At 5:30 we went to dinner. Line in the parking lot to check in. Staff masked; patrons not masked. Staff had gloves. Bottles of sanitizer on the check-in table.

The restaurant itself was completely boarded up, since, you know, mayhem.

Up on the roof. Rustic Italian, pretty good; merry time, everyone happy to be doing something normal. The last time we’d gone out was right before Rotaria came to stay, and we’d eaten in a small cramped noisy restaurant crowded with people. That was early March, maybe the first week? When the plague was abroad in the land undetected, and we’d lost precious time?

Except maybe it wasn’t, yet? Or was, but . . . oh never mind. It doesn't matter. It will, but that's a conversation for later when we have a new set of facts that can be ignored or amplified depending on one's perspective.

After an hour we groaned our way back down the stairs, rain beginning to fall. Good timing. Went home for cake, which she loved - they don’t do graduation parties in her home town. Why not?

“Is something you have to do, why should you have a party?”

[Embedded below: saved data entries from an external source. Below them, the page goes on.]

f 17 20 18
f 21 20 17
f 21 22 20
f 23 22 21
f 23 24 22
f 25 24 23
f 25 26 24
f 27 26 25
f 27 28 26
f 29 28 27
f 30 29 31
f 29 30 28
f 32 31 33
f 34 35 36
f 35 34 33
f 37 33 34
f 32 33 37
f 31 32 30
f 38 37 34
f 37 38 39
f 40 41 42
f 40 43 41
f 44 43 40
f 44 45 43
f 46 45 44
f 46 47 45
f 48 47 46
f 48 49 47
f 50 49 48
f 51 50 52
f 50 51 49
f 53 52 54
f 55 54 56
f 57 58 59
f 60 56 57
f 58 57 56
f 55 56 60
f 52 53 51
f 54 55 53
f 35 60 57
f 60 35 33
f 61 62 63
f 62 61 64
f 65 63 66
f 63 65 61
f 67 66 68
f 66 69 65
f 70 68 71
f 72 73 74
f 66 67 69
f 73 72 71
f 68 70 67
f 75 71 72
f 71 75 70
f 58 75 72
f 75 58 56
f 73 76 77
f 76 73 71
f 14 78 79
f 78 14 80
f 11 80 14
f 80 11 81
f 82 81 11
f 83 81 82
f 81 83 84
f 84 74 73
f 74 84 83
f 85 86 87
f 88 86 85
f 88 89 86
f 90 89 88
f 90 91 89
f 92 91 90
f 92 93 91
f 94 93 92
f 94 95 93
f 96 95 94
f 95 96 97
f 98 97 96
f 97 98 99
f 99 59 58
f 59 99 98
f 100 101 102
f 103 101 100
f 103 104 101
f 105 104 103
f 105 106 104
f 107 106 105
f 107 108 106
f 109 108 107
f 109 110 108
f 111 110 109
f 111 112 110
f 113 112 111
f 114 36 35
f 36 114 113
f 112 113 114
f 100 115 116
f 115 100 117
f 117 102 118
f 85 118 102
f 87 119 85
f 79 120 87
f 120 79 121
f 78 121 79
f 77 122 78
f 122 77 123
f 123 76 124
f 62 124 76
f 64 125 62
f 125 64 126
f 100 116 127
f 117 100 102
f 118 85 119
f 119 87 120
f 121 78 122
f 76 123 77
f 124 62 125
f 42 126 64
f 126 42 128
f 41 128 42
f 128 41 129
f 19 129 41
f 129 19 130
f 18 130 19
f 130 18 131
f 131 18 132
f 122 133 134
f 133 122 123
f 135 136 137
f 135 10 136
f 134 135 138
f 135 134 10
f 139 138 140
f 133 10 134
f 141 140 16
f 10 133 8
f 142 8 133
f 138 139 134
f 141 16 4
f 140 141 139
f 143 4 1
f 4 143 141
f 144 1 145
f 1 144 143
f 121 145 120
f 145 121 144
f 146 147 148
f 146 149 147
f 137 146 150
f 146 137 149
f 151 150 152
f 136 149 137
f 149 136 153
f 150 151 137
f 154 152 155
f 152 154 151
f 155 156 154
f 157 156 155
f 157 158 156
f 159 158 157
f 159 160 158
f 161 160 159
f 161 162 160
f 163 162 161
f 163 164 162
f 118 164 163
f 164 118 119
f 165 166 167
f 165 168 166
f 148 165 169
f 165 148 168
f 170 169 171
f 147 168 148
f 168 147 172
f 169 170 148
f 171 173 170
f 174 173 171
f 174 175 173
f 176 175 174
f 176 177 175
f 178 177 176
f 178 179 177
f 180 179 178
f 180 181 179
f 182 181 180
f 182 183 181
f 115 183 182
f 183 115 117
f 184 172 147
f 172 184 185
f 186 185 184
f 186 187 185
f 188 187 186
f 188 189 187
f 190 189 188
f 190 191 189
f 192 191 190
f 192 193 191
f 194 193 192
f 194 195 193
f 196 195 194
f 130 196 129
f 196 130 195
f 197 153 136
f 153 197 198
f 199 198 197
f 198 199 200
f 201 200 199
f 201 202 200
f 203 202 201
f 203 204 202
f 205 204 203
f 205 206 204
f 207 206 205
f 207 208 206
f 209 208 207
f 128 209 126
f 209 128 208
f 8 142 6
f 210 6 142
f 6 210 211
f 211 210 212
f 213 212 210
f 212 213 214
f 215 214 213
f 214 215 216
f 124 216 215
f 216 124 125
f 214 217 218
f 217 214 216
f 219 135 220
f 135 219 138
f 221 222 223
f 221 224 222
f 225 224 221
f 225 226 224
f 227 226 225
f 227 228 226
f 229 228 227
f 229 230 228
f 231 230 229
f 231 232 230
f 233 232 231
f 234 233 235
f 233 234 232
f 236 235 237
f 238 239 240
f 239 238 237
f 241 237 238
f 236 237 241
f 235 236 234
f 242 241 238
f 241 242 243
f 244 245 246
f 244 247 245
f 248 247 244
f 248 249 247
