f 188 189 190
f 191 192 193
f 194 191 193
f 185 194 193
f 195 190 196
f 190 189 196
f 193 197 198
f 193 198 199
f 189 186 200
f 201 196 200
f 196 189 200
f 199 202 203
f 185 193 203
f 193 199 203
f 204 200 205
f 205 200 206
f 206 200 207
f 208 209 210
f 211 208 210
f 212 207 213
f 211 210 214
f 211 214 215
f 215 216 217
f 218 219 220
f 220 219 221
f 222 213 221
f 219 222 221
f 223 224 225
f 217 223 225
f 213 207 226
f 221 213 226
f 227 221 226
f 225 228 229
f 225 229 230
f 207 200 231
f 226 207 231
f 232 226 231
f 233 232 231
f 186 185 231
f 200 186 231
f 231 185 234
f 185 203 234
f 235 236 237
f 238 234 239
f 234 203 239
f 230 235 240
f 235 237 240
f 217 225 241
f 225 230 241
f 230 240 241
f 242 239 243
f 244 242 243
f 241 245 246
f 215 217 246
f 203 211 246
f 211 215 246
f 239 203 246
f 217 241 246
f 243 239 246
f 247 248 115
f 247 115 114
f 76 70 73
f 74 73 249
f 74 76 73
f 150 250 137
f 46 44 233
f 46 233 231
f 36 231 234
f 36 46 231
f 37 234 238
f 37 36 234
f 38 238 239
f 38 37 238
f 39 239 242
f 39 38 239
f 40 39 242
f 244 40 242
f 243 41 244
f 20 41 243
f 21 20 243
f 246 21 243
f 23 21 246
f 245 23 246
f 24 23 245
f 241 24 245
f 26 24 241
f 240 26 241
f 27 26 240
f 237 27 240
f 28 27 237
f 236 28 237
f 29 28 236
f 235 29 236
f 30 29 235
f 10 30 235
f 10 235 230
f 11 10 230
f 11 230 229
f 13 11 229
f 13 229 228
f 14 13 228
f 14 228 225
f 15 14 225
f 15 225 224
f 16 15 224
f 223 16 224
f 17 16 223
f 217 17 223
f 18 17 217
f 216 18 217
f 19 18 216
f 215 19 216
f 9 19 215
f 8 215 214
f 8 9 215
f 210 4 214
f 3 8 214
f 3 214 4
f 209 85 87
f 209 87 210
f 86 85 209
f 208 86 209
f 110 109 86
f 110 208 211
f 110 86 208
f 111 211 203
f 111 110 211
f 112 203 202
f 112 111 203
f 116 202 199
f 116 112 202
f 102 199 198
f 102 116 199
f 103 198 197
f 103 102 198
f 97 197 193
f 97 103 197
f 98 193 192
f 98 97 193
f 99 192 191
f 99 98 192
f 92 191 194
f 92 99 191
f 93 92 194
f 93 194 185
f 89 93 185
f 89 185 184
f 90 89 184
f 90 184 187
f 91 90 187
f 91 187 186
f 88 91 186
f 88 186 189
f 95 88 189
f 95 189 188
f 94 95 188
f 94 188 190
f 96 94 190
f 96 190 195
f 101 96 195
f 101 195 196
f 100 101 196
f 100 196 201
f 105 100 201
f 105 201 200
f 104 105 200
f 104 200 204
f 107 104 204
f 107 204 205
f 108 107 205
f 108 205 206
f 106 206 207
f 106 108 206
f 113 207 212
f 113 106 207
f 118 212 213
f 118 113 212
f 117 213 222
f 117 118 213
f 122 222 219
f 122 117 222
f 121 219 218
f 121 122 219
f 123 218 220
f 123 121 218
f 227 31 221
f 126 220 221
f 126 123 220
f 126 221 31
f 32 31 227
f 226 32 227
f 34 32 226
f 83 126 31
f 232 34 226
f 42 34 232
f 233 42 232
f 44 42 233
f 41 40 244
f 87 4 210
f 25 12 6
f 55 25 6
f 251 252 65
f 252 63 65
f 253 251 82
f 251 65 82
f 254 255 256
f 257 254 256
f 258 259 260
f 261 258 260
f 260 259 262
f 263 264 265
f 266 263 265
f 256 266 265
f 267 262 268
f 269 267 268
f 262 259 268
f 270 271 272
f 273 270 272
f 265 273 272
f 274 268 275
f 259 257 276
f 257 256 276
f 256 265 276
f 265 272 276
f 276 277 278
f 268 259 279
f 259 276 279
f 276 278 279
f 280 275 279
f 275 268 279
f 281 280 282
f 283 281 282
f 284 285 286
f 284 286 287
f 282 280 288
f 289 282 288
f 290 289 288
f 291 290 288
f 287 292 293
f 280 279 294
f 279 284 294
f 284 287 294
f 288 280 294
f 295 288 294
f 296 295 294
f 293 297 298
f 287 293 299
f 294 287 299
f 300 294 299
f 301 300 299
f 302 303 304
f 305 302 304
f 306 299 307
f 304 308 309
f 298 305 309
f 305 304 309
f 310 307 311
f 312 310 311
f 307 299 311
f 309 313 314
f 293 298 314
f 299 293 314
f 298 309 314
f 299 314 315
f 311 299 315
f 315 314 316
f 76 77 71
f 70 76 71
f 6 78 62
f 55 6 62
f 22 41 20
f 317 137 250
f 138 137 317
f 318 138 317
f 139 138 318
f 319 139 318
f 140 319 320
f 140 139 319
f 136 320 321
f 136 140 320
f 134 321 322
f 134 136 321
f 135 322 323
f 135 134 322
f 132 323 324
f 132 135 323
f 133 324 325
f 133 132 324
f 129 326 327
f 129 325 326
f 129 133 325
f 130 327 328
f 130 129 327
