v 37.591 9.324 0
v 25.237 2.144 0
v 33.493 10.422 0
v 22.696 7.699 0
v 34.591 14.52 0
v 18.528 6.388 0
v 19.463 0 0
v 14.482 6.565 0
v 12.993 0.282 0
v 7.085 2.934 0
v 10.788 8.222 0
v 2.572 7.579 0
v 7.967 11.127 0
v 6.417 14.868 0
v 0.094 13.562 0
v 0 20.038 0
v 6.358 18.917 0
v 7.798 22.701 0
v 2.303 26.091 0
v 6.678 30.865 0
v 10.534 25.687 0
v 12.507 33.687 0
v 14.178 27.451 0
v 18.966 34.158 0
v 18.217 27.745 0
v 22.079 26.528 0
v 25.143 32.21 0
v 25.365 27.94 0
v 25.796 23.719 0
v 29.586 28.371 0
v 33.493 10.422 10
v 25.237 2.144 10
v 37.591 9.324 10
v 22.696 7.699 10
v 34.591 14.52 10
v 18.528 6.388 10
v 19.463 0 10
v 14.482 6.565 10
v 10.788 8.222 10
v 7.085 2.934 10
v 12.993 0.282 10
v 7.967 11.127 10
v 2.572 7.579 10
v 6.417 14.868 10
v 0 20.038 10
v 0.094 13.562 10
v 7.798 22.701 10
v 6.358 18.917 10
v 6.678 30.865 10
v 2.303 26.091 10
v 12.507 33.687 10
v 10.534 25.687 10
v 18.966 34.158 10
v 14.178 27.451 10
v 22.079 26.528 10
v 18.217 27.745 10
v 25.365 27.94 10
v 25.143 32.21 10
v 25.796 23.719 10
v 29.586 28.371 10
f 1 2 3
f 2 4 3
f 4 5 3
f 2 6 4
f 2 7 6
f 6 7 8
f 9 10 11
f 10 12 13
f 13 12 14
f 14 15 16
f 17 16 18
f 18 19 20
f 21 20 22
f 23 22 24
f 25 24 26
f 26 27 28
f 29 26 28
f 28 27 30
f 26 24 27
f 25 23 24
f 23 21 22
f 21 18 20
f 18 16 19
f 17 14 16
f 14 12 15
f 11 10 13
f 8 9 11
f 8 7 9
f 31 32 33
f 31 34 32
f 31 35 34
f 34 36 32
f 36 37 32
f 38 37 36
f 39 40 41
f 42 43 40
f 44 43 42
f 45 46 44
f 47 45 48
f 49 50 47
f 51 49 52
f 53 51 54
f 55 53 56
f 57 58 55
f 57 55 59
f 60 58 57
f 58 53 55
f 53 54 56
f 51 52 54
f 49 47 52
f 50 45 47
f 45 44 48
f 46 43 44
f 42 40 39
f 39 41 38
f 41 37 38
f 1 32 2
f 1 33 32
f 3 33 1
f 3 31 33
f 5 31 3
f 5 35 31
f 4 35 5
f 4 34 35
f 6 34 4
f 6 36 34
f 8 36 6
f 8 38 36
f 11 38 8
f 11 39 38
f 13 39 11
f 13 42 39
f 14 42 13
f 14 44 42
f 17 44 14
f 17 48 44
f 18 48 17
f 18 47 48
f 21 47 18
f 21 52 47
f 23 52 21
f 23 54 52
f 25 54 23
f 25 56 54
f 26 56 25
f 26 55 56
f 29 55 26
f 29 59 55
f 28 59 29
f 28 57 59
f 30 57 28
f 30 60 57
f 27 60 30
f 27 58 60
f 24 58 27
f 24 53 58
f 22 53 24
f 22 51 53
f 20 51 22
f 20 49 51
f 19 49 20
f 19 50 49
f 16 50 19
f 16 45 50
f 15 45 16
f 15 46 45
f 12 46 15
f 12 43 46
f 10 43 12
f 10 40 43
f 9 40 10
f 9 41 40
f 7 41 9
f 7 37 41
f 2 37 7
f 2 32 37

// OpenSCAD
$fn = 32;

// ----------------------------------------------------------------------
// Eye lug: ring_tail, 10 mm thick
// ----------------------------------------------------------------------

// --- parameters (mm) ---
profile_height = 10;      // extrusion height
profile_points = 30;      // points of the closed outline

profile = [[25.365, 27.94], [29.586, 28.371], [25.143, 32.21], [18.966, 34.158], [12.507, 33.687], [6.678, 30.865], [2.303, 26.091], [0, 20.038], [0.094, 13.562], [2.572, 7.579], [7.085, 2.934], [12.993, 0.282], [19.463, 0], [25.237, 2.144], [37.591, 9.324], [33.493, 10.422], [34.591, 14.52], [22.696, 7.699], [18.528, 6.388], [14.482, 6.565], [10.788, 8.222], [7.967, 11.127], [6.417, 14.868], [6.358, 18.917], [7.798, 22.701], [10.534, 25.687], [14.178, 27.451], [18.217, 27.745], [22.079, 26.528], [25.796, 23.719]];  // single closed polygon, 30 points, counter clockwise

// --- the one profile operation ---
linear_extrude(height = profile_height) polygon(points = profile);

A thunderstorm rolled in. Birch was nervous and went downstairs to sit under Daughter’s desk in her basement cave. The womenfolk watched “Emma,” and I worked on the Pictures section of the website, adding some photos of Rome, rearranging some of the sites. At midnight I came downstairs and wrote this.

It was a perfect day, and deserved the honor of being noted as such.

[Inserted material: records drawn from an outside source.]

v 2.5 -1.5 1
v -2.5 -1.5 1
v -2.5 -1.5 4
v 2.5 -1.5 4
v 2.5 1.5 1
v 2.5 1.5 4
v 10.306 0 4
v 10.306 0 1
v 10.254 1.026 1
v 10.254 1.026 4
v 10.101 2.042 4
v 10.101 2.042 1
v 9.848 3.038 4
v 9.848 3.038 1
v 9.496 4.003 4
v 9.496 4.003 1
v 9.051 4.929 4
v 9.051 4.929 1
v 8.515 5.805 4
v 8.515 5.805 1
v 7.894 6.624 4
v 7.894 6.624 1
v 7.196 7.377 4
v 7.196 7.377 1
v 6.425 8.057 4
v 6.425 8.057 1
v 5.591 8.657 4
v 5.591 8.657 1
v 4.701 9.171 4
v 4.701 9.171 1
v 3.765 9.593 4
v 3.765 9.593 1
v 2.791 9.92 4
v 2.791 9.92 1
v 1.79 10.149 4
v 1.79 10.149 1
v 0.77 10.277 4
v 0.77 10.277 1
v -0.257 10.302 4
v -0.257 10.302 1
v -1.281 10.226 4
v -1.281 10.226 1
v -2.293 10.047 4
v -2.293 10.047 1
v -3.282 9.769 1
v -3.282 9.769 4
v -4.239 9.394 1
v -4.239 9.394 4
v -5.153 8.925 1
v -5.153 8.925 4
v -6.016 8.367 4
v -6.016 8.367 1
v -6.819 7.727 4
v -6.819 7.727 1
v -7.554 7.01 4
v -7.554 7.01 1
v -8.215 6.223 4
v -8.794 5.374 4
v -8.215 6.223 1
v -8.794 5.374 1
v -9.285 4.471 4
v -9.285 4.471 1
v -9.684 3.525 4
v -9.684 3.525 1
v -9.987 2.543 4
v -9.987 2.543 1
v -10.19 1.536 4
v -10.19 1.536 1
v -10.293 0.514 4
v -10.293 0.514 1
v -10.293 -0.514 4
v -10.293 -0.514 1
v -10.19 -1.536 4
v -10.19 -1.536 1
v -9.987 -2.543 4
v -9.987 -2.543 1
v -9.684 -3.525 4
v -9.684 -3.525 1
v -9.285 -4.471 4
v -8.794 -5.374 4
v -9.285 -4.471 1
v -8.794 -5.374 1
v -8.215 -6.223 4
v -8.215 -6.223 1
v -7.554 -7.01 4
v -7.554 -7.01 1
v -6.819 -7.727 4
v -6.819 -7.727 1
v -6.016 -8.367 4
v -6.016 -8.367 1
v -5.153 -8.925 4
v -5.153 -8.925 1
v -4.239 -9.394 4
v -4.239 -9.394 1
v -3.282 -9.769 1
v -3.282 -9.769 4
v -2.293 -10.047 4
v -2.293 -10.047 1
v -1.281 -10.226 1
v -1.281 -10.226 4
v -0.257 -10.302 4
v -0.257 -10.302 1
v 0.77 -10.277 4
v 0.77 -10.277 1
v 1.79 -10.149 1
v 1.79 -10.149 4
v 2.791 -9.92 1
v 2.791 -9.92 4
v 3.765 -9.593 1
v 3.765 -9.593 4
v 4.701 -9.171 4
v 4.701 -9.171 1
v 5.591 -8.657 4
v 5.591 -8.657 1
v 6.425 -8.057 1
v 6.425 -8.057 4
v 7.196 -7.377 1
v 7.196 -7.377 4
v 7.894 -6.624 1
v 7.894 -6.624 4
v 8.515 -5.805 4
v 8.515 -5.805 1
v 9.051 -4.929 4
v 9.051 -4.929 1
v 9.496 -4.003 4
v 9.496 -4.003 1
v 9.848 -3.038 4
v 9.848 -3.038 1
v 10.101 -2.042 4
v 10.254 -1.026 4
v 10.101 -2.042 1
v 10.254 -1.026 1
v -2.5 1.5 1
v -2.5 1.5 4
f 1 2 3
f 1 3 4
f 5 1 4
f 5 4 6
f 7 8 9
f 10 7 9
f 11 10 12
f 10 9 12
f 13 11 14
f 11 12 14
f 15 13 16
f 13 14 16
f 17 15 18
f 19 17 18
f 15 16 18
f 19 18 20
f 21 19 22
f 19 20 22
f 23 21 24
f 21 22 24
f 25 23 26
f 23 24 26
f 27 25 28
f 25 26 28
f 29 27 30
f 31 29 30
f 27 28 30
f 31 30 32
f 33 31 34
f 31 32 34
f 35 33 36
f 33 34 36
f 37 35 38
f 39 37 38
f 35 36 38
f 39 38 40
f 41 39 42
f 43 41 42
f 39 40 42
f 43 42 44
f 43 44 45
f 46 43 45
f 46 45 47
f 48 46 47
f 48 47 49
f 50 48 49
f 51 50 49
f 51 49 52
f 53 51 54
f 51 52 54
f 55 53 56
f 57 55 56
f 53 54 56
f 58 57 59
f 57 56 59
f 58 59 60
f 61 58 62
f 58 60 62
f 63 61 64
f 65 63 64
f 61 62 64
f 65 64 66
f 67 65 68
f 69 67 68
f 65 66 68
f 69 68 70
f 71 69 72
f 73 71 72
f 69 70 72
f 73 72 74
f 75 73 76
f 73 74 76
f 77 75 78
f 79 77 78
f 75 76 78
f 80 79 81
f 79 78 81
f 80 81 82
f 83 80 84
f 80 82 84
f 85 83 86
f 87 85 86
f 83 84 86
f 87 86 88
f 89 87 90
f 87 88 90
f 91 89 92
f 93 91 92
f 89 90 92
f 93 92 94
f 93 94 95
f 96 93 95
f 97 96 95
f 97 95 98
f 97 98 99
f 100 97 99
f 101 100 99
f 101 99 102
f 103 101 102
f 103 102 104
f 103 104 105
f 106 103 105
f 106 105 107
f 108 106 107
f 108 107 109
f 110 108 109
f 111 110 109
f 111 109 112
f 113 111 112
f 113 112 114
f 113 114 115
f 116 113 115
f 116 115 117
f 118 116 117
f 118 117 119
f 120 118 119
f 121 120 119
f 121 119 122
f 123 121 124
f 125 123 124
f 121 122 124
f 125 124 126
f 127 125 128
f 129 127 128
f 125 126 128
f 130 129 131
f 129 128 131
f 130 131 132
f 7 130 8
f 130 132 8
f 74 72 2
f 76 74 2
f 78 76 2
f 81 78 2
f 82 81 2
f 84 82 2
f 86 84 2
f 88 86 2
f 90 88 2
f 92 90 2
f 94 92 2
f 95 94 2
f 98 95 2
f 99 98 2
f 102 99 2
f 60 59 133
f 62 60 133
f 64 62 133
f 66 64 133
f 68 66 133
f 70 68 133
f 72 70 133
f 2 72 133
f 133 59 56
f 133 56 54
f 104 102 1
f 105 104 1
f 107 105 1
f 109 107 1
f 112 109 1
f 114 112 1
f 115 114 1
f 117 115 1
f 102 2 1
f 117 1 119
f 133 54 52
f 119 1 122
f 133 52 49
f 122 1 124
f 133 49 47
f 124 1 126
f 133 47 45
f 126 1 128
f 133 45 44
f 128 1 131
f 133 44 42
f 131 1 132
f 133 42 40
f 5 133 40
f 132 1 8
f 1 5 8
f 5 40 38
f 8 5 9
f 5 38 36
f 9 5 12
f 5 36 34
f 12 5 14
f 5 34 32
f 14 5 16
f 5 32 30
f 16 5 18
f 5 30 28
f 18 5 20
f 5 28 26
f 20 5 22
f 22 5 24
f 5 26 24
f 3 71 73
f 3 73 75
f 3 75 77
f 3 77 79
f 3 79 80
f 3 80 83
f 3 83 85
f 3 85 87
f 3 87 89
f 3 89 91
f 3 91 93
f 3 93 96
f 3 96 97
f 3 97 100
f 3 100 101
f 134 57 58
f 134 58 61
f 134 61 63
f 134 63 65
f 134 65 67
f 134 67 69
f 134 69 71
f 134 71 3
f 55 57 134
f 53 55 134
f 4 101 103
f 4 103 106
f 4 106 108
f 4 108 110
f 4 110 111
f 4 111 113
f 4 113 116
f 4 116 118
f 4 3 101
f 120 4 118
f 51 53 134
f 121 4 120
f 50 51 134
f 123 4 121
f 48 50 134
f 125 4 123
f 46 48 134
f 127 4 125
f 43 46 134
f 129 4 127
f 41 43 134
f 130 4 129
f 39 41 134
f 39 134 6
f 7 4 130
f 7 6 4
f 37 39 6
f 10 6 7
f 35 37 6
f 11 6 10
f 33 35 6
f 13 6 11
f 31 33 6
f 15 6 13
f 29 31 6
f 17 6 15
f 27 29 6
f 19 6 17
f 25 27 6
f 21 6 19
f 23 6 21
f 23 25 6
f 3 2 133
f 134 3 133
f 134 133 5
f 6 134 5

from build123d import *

# Parameters (mm, degrees)
SKETCH2_R           = 10.30551588
SKETCH2_W           = 5
SKETCH2_H           = 3
BOSS_EXTRUDE1_DEPTH = 3


# Read off the part's stored shape, not the designer's step: Gear 60pitch part02.STEP
with BuildPart() as part:
    # Sketch2 → Boss-Extrude1 (new body)
    with BuildSketch(Plane.XY.offset(1)):
        Circle(SKETCH2_R)
        Rectangle(SKETCH2_W, SKETCH2_H, mode=Mode.SUBTRACT)
    extrude(amount=BOSS_EXTRUDE1_DEPTH)


solid = part.part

Sunday was different, because a rare Sunday pronouncement from our esteemed City Council suprised a lot of people, but we'll talk about that tomorrow.

 

 

 

They just made a million of 'em.

#9 in the series, with one more to go. (I don't have it, so this is the end of the Crime Doctor feature. Compose yourself.) The writers may have thought “we’ve done everything we can with this series. What could possibly revive it?

Ah, right.

Crime Doctor is giving a lecture here:

You can tell it’s Europe because that is what all European doctors look like.

Anyway, it’s time to go out on the town, and that can only mean one thing: utterly cliched montage with floating neon signs!

 

I . . . I don’t think that’s Paris.

In a club, we see a cabaret routine. You can tell it’s French, because he’s wearing the proper costume of the menfolk. Striped shirt, beret . . . hey wait a minute, OW

Do you worry whether I will give you an exhaustive account of the Crime Doctor’s Exploits? You do not. Let’s consider that dance you just saw.

This is what came to mind, instananeously. 1937, Woodland Cafe, Silly Symphony.

There was a term for this type of dance; can’t remember . . . ah.

The dance is sometimes said to reenact a violent "discussion" between a pimp and a prostitute. It includes mock slaps and punches, the man picking up and throwing the woman to the ground, or lifting and carrying her while she struggles or feigns unconsciousness. Thus, the dance shares many features with the theatrical discipline of stage combat. In some examples, the woman may fight back.

In fin de siècle Paris young members of street gangs were labelled Apaches by the press because of the ferocity of their savagery towards one another, a name taken from the native North American indigenous people, the Apache. In 1908, dancers Maurice Mouvet and Max Dearly began to visit the low bars frequented by Apaches in a search for inspiration for new dances. They formulated the new dance from moves seen there and gave to it the name Apache.

This wikipedia entry on the Apaches says they were noted for their stylish appearance, which set them apart from ordinary thieves. They were known for the Apache Shirt - no link in the article, alas, but other pieces indicate that a “sailor” shirt was part of the garb.

From a 1907 Petit Journal cover:

The striped shirt, the cap - is it possible that our cliched Frenchman, minus baguette, is based on the style of a criminal gang, adopted by subsequent bourgeoise as a way of seeming less bourgeois?

Wouldn’t be the first time.

The dancers in the Crime Doctor movie were Dolores and Don Graham, who’d do the dance again in “Phantom of the Rue Morgue." I don’t know if they were married. Neither imdb bio mentions the other.

As for the movie . . . it’s a bore.

That'll do. And I had no idea when I did the B&W entry nine months ago that might have relevance today.